Just was diagnosed with Acoustic Neuroma yesterday...need friends!

[cherrypiper]

well Mary , i was diagnosed in June last year with a small , nickel sized, AN on the rt side. I had completely lost my hearing on the rt side because of tinnitis. so they did the MRI and found the tumor. My surgery was on Dec. 3rd 07.

heres the way it worked for me. im in Houston Tx so we have great Dr.s available here.

The surgery took 5 hours or so. ICU for 2 days, in hospital for only 2 more. The tumors of this type are usually benign and "fibrous" . Kinda like a wart on the inside.

B4 surgery they warned me that there was a 60 to 80% chance of some face "sagging" or "drooping" . and it did. this is because the 8th and 7th nerves sit on each other. One is the acoustic nerve the other is to your face nerve. they had to really scrape  my tumor off the nerves. They didn't sever or cut either but they got roughed up so to speak.
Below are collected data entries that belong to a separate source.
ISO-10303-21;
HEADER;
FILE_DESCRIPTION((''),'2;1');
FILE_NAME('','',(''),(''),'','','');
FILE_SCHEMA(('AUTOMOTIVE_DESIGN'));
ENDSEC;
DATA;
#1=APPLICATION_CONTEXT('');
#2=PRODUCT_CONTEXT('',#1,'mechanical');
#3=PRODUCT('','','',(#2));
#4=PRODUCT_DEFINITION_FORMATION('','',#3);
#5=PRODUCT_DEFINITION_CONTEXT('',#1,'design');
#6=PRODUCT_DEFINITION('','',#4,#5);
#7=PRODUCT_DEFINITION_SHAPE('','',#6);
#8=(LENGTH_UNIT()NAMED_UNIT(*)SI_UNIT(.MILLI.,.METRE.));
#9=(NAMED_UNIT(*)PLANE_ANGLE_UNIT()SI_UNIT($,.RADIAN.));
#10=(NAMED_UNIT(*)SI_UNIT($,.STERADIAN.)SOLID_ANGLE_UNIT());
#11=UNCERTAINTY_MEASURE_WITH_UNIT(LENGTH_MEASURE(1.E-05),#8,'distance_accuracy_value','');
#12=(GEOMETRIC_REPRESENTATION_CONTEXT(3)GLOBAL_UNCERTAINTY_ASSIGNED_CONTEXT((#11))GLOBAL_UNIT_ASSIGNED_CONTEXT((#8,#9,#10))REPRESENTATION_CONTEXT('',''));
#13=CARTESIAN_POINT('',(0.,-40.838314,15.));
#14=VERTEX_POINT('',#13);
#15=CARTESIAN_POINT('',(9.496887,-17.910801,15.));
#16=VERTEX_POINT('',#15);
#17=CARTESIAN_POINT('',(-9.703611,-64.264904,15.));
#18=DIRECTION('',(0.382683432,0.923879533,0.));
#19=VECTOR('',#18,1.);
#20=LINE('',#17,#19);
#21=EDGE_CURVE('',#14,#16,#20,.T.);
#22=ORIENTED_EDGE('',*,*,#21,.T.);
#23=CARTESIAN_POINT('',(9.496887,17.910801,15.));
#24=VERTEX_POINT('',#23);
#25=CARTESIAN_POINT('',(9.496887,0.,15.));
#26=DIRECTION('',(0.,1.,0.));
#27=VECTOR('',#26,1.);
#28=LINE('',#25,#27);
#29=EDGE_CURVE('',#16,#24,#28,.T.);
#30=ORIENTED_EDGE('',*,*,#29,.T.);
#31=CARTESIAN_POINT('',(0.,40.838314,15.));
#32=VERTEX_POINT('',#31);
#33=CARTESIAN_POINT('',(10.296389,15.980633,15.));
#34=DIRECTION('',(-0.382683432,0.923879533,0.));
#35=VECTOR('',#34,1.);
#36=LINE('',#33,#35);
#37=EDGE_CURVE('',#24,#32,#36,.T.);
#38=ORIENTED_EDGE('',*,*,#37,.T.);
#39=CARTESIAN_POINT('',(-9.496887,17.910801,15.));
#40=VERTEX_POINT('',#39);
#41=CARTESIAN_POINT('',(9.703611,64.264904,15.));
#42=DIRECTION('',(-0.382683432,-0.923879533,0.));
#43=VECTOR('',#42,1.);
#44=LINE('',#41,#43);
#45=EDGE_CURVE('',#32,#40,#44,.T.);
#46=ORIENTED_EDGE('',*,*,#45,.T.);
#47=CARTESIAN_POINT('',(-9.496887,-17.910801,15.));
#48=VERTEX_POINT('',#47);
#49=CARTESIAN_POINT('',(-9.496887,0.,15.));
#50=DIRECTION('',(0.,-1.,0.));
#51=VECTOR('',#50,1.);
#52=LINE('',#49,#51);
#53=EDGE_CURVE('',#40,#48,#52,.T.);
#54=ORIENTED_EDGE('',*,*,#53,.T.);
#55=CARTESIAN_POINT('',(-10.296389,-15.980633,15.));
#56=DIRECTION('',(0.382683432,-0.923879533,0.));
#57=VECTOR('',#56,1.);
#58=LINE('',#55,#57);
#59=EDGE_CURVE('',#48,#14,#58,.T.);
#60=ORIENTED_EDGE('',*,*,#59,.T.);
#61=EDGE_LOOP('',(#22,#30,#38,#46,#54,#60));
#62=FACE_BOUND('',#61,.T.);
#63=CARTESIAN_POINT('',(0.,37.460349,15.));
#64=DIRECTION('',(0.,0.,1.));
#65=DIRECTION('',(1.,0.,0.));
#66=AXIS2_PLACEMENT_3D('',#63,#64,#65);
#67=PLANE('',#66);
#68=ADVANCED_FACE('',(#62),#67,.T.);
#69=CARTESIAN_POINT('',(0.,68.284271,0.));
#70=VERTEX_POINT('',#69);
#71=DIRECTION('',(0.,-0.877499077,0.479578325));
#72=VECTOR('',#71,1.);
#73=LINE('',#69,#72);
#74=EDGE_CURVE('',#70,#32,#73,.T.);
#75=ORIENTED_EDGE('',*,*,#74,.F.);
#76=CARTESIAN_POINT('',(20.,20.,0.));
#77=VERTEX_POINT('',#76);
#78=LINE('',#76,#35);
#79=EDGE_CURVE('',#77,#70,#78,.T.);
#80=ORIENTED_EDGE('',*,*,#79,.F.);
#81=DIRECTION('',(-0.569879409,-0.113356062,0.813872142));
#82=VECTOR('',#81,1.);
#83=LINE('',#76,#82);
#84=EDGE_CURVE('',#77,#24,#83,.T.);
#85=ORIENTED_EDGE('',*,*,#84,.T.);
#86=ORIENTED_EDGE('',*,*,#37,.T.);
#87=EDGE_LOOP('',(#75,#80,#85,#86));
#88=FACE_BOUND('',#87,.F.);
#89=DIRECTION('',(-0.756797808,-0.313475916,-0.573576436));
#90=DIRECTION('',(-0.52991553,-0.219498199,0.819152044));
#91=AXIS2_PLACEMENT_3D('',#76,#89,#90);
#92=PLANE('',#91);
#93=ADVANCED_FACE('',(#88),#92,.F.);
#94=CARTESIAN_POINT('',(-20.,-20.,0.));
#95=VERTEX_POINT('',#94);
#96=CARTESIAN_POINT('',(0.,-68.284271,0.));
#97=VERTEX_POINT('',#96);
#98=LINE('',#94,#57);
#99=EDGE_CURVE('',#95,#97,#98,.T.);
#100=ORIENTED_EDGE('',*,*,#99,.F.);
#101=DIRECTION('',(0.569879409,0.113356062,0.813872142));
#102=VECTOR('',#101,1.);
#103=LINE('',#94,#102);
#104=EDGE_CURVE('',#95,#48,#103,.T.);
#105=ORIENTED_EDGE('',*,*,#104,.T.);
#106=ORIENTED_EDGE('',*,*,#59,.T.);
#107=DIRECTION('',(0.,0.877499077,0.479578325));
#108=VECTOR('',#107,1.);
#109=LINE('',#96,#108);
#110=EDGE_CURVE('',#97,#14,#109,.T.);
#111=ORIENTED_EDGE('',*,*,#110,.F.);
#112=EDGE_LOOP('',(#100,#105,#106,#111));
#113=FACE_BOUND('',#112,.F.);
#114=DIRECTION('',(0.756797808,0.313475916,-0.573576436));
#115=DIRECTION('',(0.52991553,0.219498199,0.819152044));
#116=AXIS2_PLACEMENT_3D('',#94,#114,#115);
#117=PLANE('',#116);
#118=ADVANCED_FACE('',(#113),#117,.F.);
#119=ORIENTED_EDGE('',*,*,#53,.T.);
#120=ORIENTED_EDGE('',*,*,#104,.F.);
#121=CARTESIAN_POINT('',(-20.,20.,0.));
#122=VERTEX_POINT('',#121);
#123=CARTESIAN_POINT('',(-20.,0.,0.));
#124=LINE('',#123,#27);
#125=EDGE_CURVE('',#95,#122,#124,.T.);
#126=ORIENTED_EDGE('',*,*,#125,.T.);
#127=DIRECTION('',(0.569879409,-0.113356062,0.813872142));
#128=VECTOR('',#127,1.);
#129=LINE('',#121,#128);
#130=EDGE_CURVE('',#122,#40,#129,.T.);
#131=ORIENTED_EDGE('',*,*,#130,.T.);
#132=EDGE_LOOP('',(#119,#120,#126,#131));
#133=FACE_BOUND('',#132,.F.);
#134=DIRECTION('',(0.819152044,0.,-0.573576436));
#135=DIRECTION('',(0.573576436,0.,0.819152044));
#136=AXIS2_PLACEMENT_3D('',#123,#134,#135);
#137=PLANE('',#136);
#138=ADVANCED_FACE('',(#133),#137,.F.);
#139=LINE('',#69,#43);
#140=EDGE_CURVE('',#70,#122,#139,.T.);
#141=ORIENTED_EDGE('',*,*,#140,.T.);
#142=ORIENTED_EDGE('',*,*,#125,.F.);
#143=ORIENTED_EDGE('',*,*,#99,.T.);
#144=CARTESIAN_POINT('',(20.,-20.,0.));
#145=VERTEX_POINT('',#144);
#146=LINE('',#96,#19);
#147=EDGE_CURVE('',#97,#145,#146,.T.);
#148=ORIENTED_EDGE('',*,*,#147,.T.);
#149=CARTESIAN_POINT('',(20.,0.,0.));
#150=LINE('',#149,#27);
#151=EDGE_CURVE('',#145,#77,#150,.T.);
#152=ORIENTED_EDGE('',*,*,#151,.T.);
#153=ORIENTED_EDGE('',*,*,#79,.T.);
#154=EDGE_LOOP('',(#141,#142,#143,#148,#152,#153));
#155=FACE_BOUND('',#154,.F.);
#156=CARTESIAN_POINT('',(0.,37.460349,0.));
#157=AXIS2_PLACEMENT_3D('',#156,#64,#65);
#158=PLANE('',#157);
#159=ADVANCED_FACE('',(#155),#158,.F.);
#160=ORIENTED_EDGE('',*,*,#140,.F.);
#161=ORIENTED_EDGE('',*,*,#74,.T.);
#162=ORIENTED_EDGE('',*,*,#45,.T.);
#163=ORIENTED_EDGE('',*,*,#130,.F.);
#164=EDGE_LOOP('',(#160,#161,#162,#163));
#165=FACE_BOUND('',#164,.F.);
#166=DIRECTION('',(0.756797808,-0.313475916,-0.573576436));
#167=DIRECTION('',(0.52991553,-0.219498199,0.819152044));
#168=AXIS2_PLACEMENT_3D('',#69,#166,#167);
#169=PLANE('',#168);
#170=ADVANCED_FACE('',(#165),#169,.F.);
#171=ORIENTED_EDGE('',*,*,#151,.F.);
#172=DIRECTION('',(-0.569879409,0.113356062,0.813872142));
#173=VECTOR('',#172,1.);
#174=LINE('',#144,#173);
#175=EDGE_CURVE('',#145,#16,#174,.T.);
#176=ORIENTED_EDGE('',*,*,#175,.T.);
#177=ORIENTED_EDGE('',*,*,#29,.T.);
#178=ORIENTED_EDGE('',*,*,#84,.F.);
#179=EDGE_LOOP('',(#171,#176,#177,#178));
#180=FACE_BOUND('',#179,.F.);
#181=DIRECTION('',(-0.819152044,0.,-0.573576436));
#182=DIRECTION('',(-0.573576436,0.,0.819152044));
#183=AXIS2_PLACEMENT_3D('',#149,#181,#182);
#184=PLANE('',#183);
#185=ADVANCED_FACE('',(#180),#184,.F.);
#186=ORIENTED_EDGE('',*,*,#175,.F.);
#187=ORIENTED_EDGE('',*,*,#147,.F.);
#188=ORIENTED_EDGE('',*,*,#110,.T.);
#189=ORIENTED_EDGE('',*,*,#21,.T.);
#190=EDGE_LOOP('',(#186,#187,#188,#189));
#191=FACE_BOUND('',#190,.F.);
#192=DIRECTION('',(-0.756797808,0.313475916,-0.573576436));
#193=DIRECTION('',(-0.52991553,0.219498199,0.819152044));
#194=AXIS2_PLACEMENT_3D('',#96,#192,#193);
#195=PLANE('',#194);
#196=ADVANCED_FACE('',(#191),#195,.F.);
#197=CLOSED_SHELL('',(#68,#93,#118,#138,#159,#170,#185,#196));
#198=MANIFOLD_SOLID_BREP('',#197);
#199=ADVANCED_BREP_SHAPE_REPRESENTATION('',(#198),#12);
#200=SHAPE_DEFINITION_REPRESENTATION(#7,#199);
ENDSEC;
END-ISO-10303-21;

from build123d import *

# Parameters (mm, degrees)
F0_W     = 40
F0_H     = 40
F1_DEPTH = 15
F1_TAPER = 35


with BuildPart() as f1:
    # F0 (on Top) → F1 (new body)
    with BuildSketch(Plane.XY):
        Polygon((0, 68.2842712475), (-20, 20), (20, 20), align=None)
        Rectangle(F0_W, F0_H)
        Polygon((20, -20), (-20, -20), (0, -68.2842712475), align=None)
    extrude(amount=F1_DEPTH, taper=F1_TAPER)


solid = f1.part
i am coming up on 4 months April 3rd and my rt side still droops about 1/2 inch or so. my rt eyelid cant shut. which is really no big deal as i can put a patch over it to sleep. and i use eye drops too.

i have no muscle tone in rt side of face. we have proven nerves and muscles still work with electro therapy. so its just a matter of time, 4 to 6 more months, so my face nerve can reestablish itself and i can get some facial tone back.

but for all purposes i look like a stroke victim with the right side of my face. cant speak or eat much on the rt side either.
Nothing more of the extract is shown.